BEGIN

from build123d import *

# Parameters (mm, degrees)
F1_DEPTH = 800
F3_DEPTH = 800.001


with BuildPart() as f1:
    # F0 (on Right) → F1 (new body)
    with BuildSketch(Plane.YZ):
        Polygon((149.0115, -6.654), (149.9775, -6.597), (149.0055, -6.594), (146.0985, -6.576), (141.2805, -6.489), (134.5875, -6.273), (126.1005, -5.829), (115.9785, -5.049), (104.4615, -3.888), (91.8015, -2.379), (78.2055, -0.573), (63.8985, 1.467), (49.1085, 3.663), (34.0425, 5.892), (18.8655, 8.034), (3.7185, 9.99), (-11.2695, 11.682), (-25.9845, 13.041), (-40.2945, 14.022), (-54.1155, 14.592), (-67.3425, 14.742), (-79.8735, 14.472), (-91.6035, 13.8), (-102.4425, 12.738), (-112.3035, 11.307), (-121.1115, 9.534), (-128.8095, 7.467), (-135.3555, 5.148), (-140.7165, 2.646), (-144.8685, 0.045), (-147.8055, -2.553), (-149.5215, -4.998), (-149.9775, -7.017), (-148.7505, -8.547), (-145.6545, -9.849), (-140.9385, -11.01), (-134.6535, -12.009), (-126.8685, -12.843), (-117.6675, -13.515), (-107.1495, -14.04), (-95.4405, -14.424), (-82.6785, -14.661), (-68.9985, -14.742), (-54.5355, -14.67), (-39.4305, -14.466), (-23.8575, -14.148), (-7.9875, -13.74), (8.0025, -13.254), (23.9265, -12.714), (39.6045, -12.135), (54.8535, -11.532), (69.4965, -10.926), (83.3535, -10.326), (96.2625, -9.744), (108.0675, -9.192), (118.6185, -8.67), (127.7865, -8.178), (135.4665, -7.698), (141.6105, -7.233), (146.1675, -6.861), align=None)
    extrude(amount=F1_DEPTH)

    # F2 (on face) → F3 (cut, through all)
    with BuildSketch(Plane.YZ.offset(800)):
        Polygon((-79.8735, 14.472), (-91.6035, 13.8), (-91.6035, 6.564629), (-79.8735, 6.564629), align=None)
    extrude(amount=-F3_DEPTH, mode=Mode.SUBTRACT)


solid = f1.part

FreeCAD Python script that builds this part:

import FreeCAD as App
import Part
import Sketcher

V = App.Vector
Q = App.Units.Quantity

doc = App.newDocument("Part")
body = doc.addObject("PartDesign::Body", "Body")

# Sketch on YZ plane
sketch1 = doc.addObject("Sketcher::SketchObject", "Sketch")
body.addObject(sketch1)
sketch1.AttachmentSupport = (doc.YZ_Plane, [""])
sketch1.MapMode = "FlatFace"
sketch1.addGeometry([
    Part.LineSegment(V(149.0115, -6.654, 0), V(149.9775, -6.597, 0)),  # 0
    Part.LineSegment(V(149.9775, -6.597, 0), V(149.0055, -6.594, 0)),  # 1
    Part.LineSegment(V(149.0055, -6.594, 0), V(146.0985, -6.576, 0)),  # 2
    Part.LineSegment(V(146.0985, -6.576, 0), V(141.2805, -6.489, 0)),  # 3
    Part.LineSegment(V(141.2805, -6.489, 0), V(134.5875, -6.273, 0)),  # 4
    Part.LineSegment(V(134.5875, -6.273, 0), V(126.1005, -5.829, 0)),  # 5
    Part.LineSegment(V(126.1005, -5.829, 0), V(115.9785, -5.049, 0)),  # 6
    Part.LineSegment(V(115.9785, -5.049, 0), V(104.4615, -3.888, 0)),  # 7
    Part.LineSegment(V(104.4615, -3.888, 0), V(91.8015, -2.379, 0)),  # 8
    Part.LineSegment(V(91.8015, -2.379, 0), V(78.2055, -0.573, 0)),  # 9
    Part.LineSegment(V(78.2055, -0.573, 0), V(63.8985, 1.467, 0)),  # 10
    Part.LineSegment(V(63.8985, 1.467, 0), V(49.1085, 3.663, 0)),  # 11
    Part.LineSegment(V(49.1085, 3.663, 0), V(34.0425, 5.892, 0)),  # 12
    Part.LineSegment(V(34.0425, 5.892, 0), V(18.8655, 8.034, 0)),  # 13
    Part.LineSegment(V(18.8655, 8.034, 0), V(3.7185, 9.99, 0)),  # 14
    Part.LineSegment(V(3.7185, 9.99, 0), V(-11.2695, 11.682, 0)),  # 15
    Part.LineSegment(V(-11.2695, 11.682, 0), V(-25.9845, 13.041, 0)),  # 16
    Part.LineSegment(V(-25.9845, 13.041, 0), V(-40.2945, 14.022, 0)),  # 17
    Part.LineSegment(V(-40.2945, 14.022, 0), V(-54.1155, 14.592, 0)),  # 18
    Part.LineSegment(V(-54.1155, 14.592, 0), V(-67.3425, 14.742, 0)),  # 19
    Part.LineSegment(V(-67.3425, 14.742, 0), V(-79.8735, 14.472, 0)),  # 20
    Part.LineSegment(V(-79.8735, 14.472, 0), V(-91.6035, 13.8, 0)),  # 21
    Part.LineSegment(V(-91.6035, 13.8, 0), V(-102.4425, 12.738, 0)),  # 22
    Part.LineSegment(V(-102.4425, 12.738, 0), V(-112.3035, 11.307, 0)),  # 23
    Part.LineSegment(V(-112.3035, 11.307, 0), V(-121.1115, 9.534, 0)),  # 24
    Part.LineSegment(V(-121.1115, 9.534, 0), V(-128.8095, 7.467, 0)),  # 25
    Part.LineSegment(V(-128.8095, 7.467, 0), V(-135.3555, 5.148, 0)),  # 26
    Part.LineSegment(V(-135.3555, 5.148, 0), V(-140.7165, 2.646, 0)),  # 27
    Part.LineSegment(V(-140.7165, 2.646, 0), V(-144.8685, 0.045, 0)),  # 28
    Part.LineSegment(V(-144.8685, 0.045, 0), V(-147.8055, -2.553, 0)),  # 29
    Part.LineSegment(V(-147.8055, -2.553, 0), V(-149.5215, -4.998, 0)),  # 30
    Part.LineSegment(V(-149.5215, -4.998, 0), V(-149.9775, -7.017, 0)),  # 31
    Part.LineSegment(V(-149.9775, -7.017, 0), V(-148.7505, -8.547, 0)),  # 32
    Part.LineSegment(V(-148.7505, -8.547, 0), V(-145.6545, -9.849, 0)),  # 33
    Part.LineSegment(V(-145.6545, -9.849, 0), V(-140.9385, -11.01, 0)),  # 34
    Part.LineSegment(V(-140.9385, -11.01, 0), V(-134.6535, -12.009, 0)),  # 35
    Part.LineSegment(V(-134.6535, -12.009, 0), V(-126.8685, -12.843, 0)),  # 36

END

→ Task item
Print, from the entries above, the line with "extrude(amount=F1_DEPTH)", the line with "FreeCAD Python script" and all lines between them, exactly and with nothing else.

→ Task solution
    extrude(amount=F1_DEPTH)

    # F2 (on face) → F3 (cut, through all)
    with BuildSketch(Plane.YZ.offset(800)):
        Polygon((-79.8735, 14.472), (-91.6035, 13.8), (-91.6035, 6.564629), (-79.8735, 6.564629), align=None)
    extrude(amount=-F3_DEPTH, mode=Mode.SUBTRACT)


solid = f1.part

FreeCAD Python script that builds this part:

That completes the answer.